### About this task
Within the records below is a range that opens at the line with "f 591 584 585" and closes at the line with "f 135 128 124". Return that range word for word, both ends included, and only that range.

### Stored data
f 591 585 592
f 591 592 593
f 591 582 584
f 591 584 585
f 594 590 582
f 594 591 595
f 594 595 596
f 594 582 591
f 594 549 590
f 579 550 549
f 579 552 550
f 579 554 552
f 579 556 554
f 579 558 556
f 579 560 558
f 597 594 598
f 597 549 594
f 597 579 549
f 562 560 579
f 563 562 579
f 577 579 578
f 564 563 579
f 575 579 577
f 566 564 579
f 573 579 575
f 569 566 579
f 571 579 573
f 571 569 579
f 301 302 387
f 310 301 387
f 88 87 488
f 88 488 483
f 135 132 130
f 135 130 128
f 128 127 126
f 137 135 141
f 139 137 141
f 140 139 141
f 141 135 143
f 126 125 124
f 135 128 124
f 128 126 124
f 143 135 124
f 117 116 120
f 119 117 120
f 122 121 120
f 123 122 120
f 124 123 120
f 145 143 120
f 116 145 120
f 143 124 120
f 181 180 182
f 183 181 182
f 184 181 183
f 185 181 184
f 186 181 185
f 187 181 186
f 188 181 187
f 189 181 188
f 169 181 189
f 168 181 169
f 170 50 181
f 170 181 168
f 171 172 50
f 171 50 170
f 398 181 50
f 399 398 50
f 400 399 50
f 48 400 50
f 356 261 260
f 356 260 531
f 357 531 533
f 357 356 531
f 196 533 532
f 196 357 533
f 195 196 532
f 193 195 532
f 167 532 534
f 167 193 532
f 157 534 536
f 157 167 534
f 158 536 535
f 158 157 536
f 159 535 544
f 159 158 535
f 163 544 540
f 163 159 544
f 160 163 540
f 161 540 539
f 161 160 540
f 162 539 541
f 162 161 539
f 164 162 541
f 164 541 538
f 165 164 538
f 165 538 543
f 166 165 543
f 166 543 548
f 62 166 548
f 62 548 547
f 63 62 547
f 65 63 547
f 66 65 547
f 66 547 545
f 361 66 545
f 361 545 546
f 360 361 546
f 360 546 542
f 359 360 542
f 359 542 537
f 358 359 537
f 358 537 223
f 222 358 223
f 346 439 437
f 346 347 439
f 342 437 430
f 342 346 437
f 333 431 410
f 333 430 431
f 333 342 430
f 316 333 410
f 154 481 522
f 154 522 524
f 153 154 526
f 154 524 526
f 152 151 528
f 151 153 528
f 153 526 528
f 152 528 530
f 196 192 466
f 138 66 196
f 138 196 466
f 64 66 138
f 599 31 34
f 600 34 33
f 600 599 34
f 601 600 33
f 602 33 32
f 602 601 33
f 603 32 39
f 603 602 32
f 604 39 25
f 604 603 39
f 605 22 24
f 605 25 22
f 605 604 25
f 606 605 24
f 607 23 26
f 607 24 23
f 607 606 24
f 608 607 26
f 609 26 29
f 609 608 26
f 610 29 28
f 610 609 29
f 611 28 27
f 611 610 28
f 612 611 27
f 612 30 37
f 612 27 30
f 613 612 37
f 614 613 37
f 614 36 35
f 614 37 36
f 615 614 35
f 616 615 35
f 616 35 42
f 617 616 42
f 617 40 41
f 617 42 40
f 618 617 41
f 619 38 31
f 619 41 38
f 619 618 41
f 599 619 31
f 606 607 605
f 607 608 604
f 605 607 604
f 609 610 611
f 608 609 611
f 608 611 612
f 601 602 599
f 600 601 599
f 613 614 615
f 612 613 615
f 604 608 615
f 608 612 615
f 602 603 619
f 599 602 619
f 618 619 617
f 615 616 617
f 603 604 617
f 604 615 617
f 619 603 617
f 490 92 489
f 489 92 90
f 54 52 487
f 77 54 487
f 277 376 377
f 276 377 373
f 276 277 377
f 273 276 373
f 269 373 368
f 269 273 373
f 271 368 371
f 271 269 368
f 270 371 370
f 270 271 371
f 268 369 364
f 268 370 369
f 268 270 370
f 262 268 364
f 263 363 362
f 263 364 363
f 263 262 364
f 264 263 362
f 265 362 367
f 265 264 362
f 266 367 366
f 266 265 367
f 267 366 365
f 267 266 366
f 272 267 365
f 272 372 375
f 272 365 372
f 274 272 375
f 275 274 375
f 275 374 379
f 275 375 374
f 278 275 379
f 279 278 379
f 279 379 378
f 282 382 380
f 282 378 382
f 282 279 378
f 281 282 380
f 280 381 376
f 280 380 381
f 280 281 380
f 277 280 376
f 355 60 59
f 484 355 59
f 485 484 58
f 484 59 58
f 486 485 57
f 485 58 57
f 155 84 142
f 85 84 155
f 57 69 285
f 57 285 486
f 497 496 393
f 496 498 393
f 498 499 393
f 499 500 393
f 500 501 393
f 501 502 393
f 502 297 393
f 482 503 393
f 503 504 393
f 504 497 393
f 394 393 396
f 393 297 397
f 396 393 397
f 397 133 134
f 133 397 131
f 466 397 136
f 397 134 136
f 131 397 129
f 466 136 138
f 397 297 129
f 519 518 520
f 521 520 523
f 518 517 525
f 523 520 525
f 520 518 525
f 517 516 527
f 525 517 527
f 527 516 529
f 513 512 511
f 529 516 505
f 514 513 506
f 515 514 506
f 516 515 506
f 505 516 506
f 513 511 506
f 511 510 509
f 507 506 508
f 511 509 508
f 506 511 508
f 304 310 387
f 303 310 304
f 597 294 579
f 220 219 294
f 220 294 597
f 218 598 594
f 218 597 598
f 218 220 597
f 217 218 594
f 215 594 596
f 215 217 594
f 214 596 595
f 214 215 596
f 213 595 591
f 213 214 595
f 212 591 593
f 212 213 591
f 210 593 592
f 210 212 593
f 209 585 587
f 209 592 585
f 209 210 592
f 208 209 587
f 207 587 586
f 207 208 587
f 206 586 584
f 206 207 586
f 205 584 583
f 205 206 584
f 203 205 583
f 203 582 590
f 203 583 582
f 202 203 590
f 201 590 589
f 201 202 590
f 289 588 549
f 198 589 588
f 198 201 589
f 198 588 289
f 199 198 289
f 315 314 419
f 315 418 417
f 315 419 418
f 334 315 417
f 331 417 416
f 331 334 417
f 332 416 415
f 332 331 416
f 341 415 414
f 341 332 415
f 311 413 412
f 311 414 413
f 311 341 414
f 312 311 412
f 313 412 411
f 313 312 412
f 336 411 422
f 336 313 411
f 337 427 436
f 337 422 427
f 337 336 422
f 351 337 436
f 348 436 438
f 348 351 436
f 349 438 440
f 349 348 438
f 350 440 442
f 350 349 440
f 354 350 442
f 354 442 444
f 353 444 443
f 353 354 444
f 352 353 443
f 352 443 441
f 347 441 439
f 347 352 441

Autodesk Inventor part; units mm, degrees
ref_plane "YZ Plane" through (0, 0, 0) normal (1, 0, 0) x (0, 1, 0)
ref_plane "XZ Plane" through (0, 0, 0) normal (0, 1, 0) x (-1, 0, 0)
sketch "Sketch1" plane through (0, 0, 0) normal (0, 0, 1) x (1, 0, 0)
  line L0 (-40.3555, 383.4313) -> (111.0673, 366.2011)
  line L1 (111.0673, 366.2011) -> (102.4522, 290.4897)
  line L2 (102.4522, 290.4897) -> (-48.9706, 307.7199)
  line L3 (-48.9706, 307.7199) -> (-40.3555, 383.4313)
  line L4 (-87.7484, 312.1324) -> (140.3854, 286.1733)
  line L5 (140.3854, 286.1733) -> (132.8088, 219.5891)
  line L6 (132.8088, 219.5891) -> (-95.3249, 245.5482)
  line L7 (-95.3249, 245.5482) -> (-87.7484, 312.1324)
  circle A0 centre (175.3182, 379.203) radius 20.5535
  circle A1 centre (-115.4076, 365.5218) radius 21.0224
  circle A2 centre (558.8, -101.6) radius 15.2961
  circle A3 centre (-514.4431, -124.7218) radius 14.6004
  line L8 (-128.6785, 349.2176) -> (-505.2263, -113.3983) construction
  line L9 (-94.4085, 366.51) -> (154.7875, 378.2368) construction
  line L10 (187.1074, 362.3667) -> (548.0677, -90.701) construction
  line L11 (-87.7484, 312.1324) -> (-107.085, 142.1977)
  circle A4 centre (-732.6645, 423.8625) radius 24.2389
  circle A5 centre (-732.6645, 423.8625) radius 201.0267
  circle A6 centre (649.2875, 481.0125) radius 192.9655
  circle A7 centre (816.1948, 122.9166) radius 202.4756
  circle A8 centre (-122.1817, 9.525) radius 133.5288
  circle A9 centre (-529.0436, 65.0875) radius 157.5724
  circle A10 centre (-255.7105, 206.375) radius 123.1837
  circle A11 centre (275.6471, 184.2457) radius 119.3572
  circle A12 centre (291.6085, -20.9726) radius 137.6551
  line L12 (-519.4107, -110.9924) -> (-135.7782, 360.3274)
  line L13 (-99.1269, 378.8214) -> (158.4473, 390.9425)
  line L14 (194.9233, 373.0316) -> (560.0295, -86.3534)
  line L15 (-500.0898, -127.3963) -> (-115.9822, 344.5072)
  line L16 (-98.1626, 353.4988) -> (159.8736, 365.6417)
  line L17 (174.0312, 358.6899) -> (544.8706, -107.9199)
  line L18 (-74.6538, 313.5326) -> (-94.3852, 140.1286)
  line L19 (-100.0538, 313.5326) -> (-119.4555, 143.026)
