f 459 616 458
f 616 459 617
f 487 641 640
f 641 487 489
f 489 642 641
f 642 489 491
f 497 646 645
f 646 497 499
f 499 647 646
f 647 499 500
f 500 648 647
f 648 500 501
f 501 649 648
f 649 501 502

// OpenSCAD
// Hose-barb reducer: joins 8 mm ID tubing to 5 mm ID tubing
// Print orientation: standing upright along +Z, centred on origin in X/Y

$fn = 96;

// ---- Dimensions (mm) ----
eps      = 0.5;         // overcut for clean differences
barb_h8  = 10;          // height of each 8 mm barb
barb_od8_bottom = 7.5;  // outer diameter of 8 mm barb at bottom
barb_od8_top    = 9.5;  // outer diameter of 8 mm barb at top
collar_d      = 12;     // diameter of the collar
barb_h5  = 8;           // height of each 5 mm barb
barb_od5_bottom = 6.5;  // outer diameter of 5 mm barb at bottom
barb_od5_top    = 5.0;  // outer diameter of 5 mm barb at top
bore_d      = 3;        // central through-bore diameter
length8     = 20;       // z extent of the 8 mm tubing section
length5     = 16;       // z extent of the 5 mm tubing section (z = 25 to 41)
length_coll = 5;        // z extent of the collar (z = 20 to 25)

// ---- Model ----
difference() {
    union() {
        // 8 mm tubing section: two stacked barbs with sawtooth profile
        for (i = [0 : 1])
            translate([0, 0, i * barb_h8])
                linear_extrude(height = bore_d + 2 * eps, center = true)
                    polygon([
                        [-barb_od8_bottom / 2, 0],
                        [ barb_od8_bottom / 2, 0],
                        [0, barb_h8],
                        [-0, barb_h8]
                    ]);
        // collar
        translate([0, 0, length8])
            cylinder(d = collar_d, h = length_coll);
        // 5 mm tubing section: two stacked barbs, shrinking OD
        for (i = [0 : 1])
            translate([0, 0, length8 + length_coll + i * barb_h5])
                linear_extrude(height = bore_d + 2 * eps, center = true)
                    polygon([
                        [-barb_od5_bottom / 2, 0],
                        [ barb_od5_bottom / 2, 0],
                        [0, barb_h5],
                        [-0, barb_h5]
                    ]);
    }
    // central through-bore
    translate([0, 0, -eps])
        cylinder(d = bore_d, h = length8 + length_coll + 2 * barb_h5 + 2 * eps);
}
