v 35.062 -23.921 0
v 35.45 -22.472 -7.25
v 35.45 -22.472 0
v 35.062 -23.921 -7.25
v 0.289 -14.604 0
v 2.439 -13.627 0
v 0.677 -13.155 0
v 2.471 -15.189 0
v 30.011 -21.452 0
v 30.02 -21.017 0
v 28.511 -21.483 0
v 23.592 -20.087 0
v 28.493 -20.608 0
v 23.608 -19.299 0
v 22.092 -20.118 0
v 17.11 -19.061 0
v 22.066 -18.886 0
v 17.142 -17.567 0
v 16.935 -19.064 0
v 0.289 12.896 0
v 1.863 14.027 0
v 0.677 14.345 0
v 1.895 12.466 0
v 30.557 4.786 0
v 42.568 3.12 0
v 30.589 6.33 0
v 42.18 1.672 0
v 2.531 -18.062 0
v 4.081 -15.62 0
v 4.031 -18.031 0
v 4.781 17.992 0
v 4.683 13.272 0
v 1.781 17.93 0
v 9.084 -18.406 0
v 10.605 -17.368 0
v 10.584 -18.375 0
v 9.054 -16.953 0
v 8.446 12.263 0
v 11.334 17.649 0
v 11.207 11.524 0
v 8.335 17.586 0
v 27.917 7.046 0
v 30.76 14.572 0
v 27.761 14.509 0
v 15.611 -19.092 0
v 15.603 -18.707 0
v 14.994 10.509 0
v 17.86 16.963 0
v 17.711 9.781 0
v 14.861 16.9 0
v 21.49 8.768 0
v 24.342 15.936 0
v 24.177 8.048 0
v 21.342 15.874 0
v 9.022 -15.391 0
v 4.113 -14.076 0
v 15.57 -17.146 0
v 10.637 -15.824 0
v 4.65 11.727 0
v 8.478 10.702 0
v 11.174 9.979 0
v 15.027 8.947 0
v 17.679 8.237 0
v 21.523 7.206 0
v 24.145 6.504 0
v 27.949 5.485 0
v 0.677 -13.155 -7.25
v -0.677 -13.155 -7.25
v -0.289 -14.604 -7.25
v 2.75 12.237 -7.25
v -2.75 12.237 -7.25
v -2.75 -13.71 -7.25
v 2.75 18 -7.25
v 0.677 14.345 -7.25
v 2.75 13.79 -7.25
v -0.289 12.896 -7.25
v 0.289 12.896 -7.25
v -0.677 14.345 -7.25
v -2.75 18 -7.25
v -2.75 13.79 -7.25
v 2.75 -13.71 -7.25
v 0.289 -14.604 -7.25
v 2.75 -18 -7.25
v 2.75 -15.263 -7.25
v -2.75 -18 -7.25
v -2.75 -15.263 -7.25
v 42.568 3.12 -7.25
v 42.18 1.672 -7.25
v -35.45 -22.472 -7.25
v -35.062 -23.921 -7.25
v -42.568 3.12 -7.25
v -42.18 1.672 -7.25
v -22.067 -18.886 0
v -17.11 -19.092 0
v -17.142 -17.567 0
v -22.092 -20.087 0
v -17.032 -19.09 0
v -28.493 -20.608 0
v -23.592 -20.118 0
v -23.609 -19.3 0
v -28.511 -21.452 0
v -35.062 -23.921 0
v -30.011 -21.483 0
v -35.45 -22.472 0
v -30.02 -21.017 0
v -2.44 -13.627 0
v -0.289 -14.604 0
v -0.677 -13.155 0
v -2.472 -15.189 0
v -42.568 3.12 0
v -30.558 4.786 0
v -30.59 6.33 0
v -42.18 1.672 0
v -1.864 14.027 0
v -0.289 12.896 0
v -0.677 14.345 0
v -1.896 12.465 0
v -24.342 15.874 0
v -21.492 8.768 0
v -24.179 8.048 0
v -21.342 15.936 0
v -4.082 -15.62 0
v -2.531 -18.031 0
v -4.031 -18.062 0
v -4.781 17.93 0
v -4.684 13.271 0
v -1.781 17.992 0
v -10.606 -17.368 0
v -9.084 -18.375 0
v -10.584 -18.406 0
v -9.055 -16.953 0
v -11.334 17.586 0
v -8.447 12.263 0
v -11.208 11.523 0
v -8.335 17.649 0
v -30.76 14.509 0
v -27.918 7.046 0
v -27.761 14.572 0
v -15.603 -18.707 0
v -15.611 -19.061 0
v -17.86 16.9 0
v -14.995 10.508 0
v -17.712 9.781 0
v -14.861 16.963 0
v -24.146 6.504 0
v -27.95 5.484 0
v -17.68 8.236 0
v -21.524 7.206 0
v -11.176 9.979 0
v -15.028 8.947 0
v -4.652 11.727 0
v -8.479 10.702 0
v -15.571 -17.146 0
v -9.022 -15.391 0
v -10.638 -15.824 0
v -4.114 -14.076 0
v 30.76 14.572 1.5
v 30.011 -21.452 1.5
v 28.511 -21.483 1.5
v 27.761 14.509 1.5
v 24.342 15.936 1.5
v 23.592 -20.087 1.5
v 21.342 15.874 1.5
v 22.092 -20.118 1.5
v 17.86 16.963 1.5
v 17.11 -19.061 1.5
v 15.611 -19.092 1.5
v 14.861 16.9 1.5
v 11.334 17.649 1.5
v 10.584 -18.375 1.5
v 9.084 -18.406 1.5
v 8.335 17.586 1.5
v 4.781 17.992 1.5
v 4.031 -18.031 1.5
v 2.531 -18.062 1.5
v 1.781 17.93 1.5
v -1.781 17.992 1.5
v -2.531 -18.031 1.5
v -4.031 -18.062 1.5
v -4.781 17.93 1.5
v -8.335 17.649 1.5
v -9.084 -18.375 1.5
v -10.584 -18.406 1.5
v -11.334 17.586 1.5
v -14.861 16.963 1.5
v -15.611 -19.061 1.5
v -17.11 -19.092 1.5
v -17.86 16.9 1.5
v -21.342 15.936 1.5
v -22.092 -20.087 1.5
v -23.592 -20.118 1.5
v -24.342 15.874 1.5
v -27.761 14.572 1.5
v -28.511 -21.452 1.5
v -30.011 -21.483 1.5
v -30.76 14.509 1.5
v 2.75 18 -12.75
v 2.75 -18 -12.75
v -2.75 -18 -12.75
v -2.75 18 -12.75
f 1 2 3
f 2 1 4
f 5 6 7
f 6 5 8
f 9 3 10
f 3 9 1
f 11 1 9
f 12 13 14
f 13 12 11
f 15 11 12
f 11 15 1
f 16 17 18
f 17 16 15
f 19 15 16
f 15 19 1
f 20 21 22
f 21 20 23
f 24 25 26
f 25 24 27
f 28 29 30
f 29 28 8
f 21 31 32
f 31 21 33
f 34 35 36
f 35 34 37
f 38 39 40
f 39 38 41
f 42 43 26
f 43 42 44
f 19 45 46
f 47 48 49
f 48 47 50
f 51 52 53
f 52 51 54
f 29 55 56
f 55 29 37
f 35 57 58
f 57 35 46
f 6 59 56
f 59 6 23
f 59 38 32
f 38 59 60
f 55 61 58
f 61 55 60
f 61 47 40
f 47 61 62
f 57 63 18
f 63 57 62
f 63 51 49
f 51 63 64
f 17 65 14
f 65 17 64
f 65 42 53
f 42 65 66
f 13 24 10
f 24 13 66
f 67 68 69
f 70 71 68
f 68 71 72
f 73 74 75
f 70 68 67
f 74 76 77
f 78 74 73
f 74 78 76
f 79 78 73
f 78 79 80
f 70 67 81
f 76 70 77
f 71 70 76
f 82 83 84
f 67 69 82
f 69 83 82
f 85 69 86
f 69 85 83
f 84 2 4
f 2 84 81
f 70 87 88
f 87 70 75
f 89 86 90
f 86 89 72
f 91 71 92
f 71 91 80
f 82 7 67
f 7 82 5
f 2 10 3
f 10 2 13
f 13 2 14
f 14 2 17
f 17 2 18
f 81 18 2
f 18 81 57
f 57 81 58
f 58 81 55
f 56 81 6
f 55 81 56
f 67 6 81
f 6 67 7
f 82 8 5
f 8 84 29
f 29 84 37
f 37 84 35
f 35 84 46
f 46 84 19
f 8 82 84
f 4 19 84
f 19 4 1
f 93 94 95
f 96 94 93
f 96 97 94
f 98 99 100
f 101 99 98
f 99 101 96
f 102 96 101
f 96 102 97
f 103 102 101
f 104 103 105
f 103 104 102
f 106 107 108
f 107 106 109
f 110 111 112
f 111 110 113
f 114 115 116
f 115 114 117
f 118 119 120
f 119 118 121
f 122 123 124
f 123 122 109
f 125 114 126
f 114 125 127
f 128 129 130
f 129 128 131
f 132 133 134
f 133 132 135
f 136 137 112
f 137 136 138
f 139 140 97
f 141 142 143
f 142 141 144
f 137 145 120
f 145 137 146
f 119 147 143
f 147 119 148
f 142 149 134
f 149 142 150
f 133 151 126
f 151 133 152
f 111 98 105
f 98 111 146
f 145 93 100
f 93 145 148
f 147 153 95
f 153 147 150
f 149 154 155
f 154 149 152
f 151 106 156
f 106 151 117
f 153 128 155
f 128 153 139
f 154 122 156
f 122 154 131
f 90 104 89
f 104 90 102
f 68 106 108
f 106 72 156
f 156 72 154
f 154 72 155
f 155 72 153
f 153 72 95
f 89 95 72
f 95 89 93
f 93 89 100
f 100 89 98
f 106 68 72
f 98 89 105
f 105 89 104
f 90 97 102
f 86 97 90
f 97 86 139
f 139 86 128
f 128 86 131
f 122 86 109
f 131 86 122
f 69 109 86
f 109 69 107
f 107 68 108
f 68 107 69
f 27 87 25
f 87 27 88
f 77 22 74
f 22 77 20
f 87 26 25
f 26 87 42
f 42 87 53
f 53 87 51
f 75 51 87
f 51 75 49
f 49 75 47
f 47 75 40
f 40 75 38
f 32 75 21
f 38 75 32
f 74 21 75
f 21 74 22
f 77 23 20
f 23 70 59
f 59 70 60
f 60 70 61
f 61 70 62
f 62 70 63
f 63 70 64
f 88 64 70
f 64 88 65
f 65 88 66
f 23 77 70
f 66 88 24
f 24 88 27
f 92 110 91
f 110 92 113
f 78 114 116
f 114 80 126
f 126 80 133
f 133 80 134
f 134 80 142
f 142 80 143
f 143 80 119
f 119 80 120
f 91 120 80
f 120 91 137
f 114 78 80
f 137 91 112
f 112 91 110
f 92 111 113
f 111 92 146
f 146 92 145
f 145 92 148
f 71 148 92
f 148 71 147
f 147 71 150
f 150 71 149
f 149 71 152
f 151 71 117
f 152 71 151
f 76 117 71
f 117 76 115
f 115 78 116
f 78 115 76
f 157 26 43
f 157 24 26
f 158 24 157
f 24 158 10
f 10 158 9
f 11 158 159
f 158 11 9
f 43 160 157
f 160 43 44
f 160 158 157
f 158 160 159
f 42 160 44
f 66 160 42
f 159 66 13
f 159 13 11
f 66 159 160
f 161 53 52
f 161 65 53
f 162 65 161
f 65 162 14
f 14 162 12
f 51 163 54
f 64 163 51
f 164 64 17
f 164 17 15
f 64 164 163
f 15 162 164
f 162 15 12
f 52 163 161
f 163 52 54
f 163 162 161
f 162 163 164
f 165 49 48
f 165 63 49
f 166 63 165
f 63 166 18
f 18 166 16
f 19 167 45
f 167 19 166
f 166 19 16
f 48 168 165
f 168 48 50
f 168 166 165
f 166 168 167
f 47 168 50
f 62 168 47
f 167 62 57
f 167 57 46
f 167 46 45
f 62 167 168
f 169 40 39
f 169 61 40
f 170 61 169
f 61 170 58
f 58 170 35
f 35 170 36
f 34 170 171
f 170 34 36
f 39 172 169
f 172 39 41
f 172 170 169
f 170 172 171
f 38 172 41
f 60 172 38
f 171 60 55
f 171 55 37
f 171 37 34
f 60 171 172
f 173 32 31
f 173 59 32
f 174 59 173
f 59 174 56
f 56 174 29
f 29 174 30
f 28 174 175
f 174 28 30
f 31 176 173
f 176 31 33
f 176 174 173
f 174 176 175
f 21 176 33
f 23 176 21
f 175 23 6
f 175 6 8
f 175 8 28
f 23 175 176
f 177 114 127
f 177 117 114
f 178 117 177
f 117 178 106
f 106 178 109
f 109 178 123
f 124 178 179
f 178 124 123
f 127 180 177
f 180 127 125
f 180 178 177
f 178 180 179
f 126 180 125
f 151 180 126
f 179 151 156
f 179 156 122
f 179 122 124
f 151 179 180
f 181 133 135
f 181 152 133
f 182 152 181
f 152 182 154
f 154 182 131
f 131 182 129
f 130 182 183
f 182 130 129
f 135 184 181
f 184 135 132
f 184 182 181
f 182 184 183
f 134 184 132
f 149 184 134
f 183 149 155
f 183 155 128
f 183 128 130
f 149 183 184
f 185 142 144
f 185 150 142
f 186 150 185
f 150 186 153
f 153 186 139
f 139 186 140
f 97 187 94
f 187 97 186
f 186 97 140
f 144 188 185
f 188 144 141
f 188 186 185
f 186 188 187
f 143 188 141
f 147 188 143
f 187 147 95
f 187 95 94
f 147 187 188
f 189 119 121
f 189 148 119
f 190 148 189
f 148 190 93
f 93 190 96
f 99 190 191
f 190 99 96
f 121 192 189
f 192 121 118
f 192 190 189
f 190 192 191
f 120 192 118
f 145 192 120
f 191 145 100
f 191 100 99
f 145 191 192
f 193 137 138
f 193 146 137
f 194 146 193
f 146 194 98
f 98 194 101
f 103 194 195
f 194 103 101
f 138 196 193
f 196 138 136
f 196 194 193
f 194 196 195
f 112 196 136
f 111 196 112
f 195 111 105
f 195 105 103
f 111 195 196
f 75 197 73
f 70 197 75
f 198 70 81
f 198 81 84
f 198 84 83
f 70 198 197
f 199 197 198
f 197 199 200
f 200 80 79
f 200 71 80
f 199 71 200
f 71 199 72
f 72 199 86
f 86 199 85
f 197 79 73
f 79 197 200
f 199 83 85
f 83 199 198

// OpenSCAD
// FUNCTIONS:

function hypotenuse(x,y) = sqrt ( x*x + y*y );

// PARAMETERS:

// All distances are in inches.
//
corner_angle = 30;  // Degrees, angle of corner.
corner_long = 36;   // Length of long side covered by
		    // tapered treads.
number_tapered = 10; // Number of tapered treads.

// PARAMETERS USUALLY NOT CHANGED:
//
// Stringers are 2x8's.  Sill is 6x6.
//
tread_width = 3*12;	// Tread width.
stringer_space = 27.5;	// Distance between stringer centers.
tapered_long = 3;	// Length long end of tapered tread.
tapered_short = 1.5;	// Length short end of tapered tread.
stringer_short_length = 3*12;  // Length shorter stringer.

// z axis is vertical; x axis it along boardwalk;
// y axis is across boardwalk.
//
// Origin is center of sills top.  z == 0 is bottom of
// treads.

// COMPONENTS:

module sill()
{
    color ("LightGray")
	    cube ([5.5,tread_width,5.5]);
}
module stringer( length )
{
    color ("Chocolate")
        cube ([length,1.5,7.25]);
}

module tread()
{
    color ("SandyBrown")
    translate ( [0,-3.5,7.25] )
    cube ([5.5,tread_width,1.5]);
}

// Computed so the line joining the halfway points of
// the long and short ends aligns with the y axis and
// has the origin as its center.
//
module tapered_tread()
{
    bisector_angle = atan2 ( (3.0-1.5)/2, tread_width);
    color ("SandyBrown")
    rotate ( [0,0,bisector_angle] )
    translate ( [-(1.5+3.0)/4,-tread_width/2,0] )
    linear_extrude ( 1.5 )
    {
	polygon ( [ [0,0], [0,tread_width,],
		    [tapered_long,tread_width],
		    [tapered_short,0] ] );
    }
}

// ASSEMBLIES:

module sills() {
    translate ([-5.5/2,-tread_width/2,-5.5-7.25])
	sill();
}
module stringers()
{

    stringer_long_length =
          stringer_short_length
	+ stringer_space * tan ( corner_angle / 2 );

    translate([0,-stringer_space/2,0])
	rotate ([0,0,-corner_angle/2])
	    translate ([0.5,-1.5/2,-7.25])
		stringer ( stringer_short_length );

    translate([0,-stringer_space/2,0])
	rotate ([0,0,corner_angle/2])
	    translate ([-stringer_short_length-0.5,-1.5/2,-7.25])
		stringer ( stringer_short_length );

    translate([0,stringer_space/2,0])
	rotate ([0,0,-corner_angle/2])
	    translate ([0.5,-1.5/2,-7.25])
		stringer ( stringer_long_length );

    translate([0,stringer_space/2,0])
	rotate ([0,0,corner_angle/2])
	    translate ([-stringer_long_length-0.5,-1.5/2,-7.25])
		stringer ( stringer_long_length );

}

module tapered_treads()
{
    // Define a circle such that it is tangent to the long
    // stringers at the point corner_long inches from the
    // point where the midlines of the two long stringers
    // intersect.  The center of this circle is on the y
    // axis, and the tangent points are at angles +-
    // corner_angle/2 relative to the center of the circle.
    //
    radius = corner_long / sin ( corner_angle/2 );
    center_y = - radius + stringer_space/2;
    delta_angle = corner_angle/number_tapered;
    for ( da = [- corner_angle/2 + delta_angle/2:
                delta_angle:corner_angle/2] )
    {
        x = center_y * sin ( da );
	y = center_y - center_y * cos ( da );
	translate ( [x, y, 0] )
	    tapered_tread();
    }
}

sills();
stringers();
tapered_treads();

### Output
f 591 584 585
f 594 590 582
f 594 591 595
f 594 595 596
f 594 582 591
f 594 549 590
f 579 550 549
f 579 552 550
f 579 554 552
f 579 556 554
f 579 558 556
f 579 560 558
f 597 594 598
f 597 549 594
f 597 579 549
f 562 560 579
f 563 562 579
f 577 579 578
f 564 563 579
f 575 579 577
f 566 564 579
f 573 579 575
f 569 566 579
f 571 579 573
f 571 569 579
f 301 302 387
f 310 301 387
f 88 87 488
f 88 488 483
f 135 132 130
f 135 130 128
f 128 127 126
f 137 135 141
f 139 137 141
f 140 139 141
f 141 135 143
f 126 125 124
f 135 128 124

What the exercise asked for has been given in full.